Vielen Dank im Voraus.


----------



## peez (12. Okt 2009)

Wo genau bekommst du die Exception?
Ich fange auch gerade erst mit JPA an aber evt. irgendwas am Datenmodell? (wie sieht deine persistence.xml aus?) Ich an der Stelle würde einfach mal die DDL Creation einschalten und auf eine leere DB verweisen.
Danach würde ich die JoinColumn-Annotation auf das nötigste reduzieren und von klein auf hochgehen um zu sehen an welchem der Werte es liegt...


----------



## JanHH (13. Okt 2009)

Ich durchschau das nicht so ganz aber mir kommt das irgendwie etwas vermurkst vor. Du willst irgendwie den Artikel mittels des Strings artikelnummer mappen, gibst eine JoinColum mit einem Namen an, den in beiden Entitys jeweils eine Property mit dem Typ String hat. . Das mapping geschieht allerdings nicht über den Artikelnummer-String, sondern die Id, und das ist ja ein int. Das kann also irgendwie nicht funktionieren.

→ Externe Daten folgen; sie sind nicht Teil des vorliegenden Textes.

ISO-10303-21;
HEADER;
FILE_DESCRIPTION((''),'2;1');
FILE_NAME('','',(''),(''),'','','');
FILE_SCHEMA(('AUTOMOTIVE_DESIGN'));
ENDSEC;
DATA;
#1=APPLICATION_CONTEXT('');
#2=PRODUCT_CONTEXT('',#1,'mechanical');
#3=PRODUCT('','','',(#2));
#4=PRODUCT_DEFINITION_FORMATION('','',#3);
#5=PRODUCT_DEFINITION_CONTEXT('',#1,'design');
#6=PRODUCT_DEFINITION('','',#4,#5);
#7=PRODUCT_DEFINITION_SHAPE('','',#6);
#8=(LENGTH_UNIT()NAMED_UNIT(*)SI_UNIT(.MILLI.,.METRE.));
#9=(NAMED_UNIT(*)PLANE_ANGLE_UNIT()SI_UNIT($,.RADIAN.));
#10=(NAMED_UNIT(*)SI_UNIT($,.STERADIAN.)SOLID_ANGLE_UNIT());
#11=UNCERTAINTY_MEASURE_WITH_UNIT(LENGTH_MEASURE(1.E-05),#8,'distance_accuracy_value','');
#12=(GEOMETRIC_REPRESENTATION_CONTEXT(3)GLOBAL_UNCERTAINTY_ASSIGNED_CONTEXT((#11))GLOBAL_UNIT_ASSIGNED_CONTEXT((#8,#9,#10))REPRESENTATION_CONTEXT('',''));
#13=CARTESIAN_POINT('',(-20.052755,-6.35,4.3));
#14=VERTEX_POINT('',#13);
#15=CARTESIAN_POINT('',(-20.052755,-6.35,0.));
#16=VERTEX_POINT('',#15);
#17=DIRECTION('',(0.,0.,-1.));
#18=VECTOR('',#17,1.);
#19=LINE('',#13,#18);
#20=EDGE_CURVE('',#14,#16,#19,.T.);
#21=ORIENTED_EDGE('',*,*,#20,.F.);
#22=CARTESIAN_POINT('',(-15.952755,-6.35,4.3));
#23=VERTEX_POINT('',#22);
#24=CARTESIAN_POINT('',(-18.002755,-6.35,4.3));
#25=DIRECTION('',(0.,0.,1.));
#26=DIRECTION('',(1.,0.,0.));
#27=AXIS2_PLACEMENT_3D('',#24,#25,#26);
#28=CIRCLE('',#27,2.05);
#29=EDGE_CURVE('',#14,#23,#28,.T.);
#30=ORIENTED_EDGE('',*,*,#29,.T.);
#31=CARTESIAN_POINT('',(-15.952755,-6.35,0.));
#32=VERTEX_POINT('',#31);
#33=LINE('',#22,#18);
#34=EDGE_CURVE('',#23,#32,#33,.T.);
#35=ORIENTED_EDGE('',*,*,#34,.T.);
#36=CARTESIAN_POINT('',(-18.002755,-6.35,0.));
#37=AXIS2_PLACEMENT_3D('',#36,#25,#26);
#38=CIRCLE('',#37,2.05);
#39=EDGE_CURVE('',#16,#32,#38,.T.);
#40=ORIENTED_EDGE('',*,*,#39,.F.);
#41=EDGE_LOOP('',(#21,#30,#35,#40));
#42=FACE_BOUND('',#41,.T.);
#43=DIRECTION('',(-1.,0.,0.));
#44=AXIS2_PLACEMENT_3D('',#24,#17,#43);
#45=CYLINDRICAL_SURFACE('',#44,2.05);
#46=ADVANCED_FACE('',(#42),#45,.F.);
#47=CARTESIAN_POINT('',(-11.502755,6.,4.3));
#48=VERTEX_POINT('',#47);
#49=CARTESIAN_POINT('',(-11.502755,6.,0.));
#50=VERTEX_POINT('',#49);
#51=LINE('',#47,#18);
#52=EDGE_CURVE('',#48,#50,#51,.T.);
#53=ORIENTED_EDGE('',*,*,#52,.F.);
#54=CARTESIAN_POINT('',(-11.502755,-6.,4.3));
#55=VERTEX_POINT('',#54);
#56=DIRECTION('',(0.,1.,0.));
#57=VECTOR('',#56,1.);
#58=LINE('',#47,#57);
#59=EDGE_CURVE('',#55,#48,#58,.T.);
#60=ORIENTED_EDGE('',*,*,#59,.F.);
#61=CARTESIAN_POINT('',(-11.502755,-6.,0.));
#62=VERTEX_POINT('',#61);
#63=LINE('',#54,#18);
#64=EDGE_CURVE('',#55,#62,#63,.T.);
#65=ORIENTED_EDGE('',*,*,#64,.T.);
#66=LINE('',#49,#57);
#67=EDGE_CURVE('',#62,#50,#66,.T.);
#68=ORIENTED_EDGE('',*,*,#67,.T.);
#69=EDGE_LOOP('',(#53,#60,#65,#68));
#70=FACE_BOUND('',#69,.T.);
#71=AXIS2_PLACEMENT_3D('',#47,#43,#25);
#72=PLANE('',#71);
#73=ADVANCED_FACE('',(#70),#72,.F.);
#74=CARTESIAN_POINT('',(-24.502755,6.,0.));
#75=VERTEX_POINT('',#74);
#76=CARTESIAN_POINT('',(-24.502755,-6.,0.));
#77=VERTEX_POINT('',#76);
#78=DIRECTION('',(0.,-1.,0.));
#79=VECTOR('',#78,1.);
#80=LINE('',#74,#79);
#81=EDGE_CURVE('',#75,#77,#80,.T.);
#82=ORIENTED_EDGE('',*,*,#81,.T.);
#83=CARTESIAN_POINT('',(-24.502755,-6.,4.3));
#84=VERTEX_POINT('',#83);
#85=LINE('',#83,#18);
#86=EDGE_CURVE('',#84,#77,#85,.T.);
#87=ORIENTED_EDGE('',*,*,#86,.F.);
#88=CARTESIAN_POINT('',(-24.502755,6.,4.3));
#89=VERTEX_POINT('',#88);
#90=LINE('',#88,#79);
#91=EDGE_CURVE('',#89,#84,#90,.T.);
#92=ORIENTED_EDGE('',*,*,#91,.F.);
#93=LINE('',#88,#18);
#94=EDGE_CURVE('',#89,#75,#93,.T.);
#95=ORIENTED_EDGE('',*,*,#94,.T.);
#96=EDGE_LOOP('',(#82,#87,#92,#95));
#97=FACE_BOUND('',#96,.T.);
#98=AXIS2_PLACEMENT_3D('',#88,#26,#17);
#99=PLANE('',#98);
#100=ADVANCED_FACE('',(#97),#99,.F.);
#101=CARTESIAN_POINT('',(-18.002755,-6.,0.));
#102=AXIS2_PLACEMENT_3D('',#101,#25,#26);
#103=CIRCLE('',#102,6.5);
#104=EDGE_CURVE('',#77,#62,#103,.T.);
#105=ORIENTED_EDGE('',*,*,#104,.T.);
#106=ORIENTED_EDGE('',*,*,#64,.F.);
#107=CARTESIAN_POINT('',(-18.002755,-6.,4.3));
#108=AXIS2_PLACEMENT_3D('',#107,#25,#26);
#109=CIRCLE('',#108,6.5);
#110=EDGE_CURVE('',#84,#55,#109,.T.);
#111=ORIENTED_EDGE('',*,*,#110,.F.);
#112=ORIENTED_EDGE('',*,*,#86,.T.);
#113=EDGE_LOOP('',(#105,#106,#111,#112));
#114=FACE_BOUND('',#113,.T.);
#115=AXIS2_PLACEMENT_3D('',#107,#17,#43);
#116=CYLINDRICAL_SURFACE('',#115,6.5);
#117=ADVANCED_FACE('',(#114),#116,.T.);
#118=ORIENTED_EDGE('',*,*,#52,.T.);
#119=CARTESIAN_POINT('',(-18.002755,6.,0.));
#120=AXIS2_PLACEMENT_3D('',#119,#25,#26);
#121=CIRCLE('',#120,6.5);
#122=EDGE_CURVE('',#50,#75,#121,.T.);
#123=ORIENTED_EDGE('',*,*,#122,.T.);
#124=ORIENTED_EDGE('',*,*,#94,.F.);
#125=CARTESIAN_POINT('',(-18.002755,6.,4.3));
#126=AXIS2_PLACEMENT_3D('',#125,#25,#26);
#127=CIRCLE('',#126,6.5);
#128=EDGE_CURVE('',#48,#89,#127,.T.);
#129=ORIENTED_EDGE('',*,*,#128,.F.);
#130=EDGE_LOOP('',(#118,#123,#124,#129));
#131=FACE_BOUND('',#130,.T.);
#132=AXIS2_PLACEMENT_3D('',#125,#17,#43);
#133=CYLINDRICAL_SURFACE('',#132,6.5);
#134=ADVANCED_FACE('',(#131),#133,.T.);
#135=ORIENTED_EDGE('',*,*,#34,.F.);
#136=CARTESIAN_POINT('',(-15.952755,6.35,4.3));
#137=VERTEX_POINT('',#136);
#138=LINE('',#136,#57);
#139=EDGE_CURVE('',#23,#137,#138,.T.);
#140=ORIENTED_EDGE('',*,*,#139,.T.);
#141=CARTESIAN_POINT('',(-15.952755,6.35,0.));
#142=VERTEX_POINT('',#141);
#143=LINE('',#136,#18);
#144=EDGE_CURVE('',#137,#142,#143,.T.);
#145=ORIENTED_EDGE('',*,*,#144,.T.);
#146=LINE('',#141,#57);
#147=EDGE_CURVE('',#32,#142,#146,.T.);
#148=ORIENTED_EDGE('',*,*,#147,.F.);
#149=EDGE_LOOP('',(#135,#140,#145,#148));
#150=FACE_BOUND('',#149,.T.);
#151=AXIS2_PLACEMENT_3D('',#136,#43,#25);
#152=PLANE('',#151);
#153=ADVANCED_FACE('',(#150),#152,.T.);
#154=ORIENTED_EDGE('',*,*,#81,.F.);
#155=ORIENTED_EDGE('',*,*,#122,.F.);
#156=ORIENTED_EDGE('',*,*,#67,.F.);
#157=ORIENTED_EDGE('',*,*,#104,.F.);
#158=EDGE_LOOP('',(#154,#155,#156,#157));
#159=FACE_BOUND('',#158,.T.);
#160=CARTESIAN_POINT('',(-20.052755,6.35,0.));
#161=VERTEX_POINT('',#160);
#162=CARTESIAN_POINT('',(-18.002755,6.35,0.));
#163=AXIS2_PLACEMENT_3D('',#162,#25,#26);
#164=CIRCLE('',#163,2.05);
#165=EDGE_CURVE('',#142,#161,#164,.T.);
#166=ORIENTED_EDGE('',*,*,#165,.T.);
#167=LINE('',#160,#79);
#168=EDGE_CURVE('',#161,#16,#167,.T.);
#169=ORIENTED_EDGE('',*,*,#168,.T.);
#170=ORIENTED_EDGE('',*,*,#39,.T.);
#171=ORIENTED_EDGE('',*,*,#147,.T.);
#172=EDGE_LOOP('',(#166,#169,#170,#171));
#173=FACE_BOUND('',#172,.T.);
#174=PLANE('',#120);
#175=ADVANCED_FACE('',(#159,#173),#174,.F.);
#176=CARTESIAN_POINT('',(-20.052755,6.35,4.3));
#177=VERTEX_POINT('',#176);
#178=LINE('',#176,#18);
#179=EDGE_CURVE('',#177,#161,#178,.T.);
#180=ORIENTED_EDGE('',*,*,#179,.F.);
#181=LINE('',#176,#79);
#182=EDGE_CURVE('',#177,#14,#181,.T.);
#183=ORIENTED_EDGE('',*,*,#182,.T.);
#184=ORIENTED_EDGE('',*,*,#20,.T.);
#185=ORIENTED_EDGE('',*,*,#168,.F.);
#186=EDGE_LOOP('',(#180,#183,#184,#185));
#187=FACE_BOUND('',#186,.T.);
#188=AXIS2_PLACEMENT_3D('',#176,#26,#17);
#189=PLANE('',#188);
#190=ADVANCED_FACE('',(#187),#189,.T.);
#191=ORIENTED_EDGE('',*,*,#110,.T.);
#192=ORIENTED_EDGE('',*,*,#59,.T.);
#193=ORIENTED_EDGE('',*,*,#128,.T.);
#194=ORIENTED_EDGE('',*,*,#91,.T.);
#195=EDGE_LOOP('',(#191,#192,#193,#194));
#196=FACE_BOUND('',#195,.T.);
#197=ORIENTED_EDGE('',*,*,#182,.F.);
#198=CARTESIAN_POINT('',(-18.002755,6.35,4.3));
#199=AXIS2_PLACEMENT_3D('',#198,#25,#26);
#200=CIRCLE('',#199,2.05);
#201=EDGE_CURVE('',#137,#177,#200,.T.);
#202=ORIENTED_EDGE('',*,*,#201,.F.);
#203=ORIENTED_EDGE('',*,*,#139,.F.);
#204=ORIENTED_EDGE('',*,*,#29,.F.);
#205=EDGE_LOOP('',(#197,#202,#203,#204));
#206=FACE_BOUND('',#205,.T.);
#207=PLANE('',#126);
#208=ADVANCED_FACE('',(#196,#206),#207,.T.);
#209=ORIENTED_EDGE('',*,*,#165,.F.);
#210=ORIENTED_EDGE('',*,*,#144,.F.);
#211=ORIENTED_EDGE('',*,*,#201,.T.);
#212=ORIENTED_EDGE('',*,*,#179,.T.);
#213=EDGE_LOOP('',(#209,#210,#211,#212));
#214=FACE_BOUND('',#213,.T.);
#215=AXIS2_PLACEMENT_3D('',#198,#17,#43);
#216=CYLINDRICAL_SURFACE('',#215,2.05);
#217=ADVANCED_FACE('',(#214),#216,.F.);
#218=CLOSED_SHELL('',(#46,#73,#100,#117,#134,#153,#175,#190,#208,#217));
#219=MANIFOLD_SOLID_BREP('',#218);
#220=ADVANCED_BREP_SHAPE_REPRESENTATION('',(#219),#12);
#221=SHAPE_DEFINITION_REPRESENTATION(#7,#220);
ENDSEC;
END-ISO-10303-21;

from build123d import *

# Parameters (mm, degrees)
BOSS_EXTRUDE1_DEPTH = 4.3


with BuildPart() as part:
    # Sketch1 → Boss-Extrude1 (new body)
    with BuildSketch(Plane.XY):
        with BuildLine():
            Line((-11.502754658, 6), (-11.502754658, -6))
            ThreePointArc((-11.502754658, -6), (-18.002754658, -12.5), (-24.502754658, -6))
            Line((-24.502754658, -6), (-24.502754658, 6))
            ThreePointArc((-24.502754658, 6), (-18.002754658, 12.5), (-11.502754658, 6))
        make_face()
        with BuildLine():
            Line((-15.952754658, 6.35), (-15.952754658, -6.35))
            ThreePointArc((-15.952754658, -6.35), (-18.002754658, -8.4), (-20.052754658, -6.35))
            Line((-20.052754658, -6.35), (-20.052754658, 6.35))
            ThreePointArc((-20.052754658, 6.35), (-18.002754658, 8.4), (-15.952754658, 6.35))
        make_face(mode=Mode.SUBTRACT)
    extrude(amount=BOSS_EXTRUDE1_DEPTH)


solid = part.part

Ansonsten würde ich das sowieso eher so machen, dass die Artikel-Entity eine Liste der Assets hat, denen sie zugeordnet ist, und diese dann mit @OneToMany annotieren.


----------



## tippex (13. Okt 2009)

Das Datenmodell ist ok. Auf Artikel.Artikelnummer liegt ein Unique Constraint und auf Assets.Artikelnummer ein FK der diesen referenziert.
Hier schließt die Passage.